PQM-75: A N-benzyl-piperidine Acyl-hydrazone Derivative with Inhibitory Effects on Clonogenic Capacity and Cell Cycle Progression of HepG2 Cells

Cancer is a complex disease and a public health problem worldwide. Despite current advances in cancer therapy, many patients display unsatisfactory clinical responses to available drugs, which reinforces the continuous need for searching for new antitumor prototypes. Data from the literature have highlighted compounds containing acylhydrazone or benzyl-piperidine subunits for their significant antiproliferative activity on tumor cells. Herein, we report the evaluation of a series of N-benzyl-piperidinyl acylhydrazone hybrid derivatives (6a-k) for their cytotoxic profiles on A549 (non-small cell lung cancer) and HepG2 (hepatocellular carcinoma). As a result, derivatives PQM-75 (6i, (IC50 = 58.40 +/- 1.87 mu M) and PQM-88 (6k, IC50 = 59.58 +/- 4.07 mu M) showed the best antiproliferative activities against HepG2 and A549 cell lines, respectively.
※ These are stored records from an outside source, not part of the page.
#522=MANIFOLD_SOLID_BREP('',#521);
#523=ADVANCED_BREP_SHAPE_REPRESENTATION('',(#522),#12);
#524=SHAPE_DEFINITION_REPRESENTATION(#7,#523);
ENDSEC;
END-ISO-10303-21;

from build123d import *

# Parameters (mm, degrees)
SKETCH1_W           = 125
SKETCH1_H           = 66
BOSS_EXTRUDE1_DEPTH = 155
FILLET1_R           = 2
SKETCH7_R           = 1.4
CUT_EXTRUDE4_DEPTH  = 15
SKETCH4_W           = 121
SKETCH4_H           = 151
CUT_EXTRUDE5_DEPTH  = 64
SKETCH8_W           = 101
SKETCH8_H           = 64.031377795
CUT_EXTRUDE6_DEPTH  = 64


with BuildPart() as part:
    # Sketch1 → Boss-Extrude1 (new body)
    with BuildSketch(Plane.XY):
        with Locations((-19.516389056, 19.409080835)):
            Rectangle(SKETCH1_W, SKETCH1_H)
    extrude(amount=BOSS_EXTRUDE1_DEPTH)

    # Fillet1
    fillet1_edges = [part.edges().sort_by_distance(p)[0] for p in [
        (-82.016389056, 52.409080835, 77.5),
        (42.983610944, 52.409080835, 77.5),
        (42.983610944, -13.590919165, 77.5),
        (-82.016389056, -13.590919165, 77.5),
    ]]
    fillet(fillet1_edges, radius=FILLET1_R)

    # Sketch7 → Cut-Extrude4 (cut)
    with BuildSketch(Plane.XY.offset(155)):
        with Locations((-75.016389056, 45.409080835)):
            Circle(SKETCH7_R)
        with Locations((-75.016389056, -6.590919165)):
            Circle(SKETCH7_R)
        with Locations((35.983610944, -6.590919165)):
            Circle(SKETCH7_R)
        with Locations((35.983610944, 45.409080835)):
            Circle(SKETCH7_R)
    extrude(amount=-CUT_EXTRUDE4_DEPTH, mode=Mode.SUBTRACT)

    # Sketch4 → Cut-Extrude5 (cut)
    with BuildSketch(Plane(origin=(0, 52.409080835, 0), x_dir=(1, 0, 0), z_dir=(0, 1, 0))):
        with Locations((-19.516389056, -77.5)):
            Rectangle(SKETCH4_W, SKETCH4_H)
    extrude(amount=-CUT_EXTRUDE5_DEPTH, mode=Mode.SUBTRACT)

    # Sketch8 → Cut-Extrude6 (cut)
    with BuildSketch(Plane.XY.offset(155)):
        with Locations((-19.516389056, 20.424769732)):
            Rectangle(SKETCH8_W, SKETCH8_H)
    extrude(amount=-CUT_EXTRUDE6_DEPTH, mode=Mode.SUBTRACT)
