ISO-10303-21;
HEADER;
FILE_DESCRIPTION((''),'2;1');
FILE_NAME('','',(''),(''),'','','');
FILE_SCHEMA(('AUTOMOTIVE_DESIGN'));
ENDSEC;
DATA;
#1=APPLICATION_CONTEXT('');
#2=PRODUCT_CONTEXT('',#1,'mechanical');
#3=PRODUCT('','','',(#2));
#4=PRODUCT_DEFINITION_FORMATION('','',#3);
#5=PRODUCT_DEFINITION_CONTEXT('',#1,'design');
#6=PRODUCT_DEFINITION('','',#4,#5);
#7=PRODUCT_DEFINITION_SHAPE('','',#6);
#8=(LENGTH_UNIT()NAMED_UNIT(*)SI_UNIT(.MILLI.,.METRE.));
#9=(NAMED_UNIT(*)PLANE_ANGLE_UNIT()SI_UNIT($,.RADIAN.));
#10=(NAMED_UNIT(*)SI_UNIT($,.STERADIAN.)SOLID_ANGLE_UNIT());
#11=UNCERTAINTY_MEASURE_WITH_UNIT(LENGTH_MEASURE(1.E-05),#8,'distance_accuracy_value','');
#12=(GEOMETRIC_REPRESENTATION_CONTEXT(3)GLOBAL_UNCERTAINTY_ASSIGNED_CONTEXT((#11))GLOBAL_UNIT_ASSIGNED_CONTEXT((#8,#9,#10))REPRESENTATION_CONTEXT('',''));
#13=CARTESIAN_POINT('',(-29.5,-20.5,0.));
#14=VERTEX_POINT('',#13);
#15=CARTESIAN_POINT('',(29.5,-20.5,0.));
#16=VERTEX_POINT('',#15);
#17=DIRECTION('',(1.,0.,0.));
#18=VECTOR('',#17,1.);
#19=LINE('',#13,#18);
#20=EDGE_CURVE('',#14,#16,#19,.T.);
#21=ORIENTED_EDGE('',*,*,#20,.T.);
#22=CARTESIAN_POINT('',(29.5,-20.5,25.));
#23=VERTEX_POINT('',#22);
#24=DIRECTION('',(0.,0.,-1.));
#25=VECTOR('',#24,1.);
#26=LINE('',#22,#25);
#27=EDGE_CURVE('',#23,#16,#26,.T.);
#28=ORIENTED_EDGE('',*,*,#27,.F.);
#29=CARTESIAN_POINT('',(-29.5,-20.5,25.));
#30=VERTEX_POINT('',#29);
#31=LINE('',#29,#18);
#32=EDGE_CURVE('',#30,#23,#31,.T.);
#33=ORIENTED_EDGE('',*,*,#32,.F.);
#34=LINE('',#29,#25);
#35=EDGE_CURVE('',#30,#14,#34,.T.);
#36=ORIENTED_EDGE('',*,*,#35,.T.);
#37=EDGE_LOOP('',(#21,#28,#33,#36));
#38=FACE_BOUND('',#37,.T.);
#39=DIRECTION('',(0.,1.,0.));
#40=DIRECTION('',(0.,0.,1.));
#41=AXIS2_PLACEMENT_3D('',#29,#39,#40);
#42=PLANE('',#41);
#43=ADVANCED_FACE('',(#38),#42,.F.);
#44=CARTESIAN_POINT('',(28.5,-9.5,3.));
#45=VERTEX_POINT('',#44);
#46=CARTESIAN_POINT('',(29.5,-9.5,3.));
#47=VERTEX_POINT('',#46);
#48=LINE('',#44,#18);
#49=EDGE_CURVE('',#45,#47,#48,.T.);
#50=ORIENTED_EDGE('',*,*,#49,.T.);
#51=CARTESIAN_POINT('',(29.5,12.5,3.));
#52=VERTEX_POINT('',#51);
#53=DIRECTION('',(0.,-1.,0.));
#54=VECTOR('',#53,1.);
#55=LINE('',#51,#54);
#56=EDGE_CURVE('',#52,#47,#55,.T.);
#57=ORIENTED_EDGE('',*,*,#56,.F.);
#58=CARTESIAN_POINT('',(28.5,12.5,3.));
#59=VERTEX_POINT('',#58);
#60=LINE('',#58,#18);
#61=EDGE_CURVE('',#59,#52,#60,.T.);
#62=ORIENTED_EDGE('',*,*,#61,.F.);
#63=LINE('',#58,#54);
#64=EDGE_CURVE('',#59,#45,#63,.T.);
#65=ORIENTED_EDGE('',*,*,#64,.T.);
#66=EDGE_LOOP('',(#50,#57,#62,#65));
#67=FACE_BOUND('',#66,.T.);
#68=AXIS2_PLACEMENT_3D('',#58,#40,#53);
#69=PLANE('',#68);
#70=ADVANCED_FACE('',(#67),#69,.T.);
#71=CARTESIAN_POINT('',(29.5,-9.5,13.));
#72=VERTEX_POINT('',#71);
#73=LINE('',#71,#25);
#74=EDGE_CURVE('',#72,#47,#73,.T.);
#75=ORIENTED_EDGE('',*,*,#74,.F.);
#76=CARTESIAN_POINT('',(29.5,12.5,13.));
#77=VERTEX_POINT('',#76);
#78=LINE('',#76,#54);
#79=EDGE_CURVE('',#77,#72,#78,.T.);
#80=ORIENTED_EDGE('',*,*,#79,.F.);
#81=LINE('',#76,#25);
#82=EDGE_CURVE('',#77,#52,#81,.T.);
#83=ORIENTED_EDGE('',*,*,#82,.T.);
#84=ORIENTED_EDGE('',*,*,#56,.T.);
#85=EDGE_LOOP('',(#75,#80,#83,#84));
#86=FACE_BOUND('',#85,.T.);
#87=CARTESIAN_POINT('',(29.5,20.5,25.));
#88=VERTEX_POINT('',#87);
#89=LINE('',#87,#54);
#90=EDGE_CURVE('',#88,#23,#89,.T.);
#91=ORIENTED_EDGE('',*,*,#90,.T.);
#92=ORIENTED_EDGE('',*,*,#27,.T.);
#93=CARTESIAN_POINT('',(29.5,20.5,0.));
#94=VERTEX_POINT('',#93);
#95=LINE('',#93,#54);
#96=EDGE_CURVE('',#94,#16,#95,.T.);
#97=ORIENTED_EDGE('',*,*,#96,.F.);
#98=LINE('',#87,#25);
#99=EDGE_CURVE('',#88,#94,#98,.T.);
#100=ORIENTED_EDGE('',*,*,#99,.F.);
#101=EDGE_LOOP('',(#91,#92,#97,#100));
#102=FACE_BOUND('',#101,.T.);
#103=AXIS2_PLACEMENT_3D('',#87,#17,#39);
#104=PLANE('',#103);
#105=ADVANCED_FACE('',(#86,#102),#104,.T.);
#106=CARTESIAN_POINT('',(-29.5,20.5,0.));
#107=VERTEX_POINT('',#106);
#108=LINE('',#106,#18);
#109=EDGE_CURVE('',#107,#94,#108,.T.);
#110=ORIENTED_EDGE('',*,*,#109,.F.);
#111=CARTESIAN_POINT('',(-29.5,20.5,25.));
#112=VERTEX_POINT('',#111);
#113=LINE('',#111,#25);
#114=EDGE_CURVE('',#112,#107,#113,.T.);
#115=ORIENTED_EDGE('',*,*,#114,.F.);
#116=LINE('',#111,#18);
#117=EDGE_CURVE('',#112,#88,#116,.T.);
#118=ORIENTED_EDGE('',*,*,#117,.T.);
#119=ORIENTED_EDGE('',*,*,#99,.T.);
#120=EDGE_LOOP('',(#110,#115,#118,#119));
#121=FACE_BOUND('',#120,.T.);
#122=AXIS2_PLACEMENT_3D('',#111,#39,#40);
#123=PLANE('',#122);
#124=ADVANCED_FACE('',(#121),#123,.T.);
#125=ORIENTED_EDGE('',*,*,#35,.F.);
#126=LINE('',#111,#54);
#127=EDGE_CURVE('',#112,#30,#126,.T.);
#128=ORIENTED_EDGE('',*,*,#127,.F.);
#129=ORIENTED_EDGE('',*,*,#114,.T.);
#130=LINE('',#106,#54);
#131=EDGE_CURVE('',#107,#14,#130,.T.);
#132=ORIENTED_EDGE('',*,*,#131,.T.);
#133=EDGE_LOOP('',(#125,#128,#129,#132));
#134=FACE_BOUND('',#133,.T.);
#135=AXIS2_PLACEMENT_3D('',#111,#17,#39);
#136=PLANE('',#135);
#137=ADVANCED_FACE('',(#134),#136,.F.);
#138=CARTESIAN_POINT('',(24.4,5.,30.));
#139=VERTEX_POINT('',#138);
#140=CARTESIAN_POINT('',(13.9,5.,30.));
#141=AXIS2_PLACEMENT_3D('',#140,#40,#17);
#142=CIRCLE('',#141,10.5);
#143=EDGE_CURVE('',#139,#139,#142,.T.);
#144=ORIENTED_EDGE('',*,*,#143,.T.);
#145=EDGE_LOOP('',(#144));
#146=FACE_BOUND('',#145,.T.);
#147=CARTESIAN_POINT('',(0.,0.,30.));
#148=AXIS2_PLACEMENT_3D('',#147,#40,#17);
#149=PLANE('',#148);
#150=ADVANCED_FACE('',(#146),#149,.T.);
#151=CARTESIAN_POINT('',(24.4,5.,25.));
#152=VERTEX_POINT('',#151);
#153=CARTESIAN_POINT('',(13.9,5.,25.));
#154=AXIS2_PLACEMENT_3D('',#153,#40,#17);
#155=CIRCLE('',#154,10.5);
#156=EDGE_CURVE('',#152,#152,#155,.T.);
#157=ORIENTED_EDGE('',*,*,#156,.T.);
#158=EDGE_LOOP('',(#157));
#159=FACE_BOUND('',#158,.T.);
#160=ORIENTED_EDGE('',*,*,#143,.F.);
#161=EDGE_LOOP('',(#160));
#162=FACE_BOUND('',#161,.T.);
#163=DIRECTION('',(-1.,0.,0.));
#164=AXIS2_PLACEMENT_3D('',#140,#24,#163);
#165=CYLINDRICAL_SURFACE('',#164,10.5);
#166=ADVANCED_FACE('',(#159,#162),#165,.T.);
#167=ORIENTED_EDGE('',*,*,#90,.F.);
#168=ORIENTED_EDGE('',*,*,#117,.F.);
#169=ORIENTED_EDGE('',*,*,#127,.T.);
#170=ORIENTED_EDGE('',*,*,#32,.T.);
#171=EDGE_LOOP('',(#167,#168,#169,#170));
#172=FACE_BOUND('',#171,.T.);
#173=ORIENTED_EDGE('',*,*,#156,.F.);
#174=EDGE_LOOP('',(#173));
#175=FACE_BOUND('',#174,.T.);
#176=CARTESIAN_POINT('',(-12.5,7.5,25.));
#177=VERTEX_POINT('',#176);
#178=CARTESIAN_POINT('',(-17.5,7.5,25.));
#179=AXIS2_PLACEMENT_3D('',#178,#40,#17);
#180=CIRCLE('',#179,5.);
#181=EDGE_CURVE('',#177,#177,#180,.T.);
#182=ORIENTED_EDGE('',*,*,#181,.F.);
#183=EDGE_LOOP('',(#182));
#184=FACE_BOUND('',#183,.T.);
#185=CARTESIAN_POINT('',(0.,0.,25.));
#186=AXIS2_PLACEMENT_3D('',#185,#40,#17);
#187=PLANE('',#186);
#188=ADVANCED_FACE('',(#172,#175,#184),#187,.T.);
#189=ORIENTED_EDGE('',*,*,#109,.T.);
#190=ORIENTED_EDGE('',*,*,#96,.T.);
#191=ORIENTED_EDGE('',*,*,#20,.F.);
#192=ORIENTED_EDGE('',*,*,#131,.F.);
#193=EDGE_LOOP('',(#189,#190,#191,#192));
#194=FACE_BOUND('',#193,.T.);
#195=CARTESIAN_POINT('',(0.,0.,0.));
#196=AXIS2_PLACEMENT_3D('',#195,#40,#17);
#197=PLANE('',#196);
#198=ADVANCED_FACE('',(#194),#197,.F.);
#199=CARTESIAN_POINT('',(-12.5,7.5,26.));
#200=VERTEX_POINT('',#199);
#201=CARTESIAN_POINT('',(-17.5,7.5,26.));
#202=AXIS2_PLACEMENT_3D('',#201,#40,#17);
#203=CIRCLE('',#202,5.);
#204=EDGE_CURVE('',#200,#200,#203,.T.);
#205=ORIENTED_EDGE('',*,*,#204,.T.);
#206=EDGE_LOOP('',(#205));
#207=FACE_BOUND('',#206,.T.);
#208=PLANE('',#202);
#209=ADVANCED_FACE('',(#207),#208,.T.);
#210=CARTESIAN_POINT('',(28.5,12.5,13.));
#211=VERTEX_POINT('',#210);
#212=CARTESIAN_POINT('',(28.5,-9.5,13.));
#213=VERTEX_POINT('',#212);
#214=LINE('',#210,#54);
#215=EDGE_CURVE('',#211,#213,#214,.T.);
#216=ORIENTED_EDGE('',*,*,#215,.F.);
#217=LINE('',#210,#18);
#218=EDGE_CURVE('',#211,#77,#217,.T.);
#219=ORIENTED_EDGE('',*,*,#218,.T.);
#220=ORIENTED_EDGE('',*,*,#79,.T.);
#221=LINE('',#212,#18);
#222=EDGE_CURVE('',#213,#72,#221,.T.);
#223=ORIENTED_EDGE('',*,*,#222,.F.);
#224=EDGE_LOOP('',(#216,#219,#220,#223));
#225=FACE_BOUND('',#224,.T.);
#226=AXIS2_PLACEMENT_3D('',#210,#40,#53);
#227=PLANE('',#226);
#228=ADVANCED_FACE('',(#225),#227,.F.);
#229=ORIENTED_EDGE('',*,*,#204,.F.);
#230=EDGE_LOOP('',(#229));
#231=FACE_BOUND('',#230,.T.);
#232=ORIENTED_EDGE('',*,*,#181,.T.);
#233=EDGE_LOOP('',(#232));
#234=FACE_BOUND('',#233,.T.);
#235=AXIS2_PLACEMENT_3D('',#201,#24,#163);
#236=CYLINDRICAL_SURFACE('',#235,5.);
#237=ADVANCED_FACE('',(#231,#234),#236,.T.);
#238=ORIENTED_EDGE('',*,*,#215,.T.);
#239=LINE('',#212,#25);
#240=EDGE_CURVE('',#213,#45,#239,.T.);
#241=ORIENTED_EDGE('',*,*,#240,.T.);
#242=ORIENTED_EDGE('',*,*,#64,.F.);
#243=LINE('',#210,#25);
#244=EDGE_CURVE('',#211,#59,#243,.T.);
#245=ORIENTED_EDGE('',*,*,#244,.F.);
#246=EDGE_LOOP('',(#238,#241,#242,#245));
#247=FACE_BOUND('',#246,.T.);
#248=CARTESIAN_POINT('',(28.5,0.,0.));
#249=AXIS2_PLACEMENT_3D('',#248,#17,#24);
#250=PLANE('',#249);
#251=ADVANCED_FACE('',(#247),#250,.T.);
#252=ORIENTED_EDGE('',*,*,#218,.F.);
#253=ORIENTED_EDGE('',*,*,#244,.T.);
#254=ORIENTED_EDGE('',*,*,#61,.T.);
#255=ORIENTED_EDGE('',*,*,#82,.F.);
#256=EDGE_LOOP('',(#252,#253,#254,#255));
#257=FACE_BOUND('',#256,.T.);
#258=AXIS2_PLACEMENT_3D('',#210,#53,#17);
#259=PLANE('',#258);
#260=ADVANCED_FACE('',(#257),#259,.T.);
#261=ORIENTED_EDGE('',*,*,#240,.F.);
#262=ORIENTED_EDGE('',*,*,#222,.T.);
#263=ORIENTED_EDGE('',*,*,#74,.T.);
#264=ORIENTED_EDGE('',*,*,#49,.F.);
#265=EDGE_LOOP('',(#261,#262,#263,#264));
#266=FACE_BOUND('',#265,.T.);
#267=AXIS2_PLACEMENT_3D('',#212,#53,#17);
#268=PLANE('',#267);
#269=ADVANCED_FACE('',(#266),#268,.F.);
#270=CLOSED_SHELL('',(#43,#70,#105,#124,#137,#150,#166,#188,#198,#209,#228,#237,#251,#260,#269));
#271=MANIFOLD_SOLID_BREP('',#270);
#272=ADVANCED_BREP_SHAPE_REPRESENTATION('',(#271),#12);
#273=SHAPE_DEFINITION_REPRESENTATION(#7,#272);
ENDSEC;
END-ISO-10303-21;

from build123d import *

# Parameters (mm, degrees)
SKETCH_1_W          = 59
SKETCH_1_H          = 41
EXTRUDE_1_DEPTH     = 25
SKETCH_2_R          = 10.5
EXTRUDE_2_DEPTH     = 5
SKETCH_5_R          = 5
EXTRUDE_3_DEPTH     = 1
SKETCH_6_W          = 10
SKETCH_6_H          = 22
CUT_EXTRUDE_1_DEPTH = 1


with BuildPart() as part:
    # Эскиз1 → Бобышка-Вытянуть1 (new body)
    with BuildSketch(Plane.XY):
        Rectangle(SKETCH_1_W, SKETCH_1_H)
    extrude(amount=EXTRUDE_1_DEPTH)

    # Эскиз2 → Бобышка-Вытянуть2 (add)
    with BuildSketch(Plane.XY.offset(25)):
        with Locations((13.9, 5)):
            Circle(SKETCH_2_R)
    extrude(amount=EXTRUDE_2_DEPTH)

    # Эскиз5 → Бобышка-Вытянуть3 (add)
    with BuildSketch(Plane.XY.offset(25)):
        with Locations((-17.5, 7.5)):
            Circle(SKETCH_5_R)
    extrude(amount=EXTRUDE_3_DEPTH)

    # Эскиз6 → Вырез-Вытянуть1 (cut)
    with BuildSketch(Plane(origin=(29.5, 0, 0), x_dir=(0, 0, -1), z_dir=(1, 0, 0))):
        with Locations((-8, 1.5)):
            Rectangle(SKETCH_6_W, SKETCH_6_H)
    extrude(amount=-CUT_EXTRUDE_1_DEPTH, mode=Mode.SUBTRACT)


solid = part.part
In addition, we demonstrated that compound 6i drastically reduced the clonogenic capacity of HepG2 cell cultures in comparison to control groups. We also observed an increased G2/M population in samples treated with 6i (at 60 mu M) and a reduced frequency of cells in the S-phase. In addition, the frequency of cells in mitosis was higher in treated samples compared to control groups. In a conclusion, derivative PQM-75 (6i) displays antiproliferative activity on HepG2 cells due to its ability to promote M-phase arrest.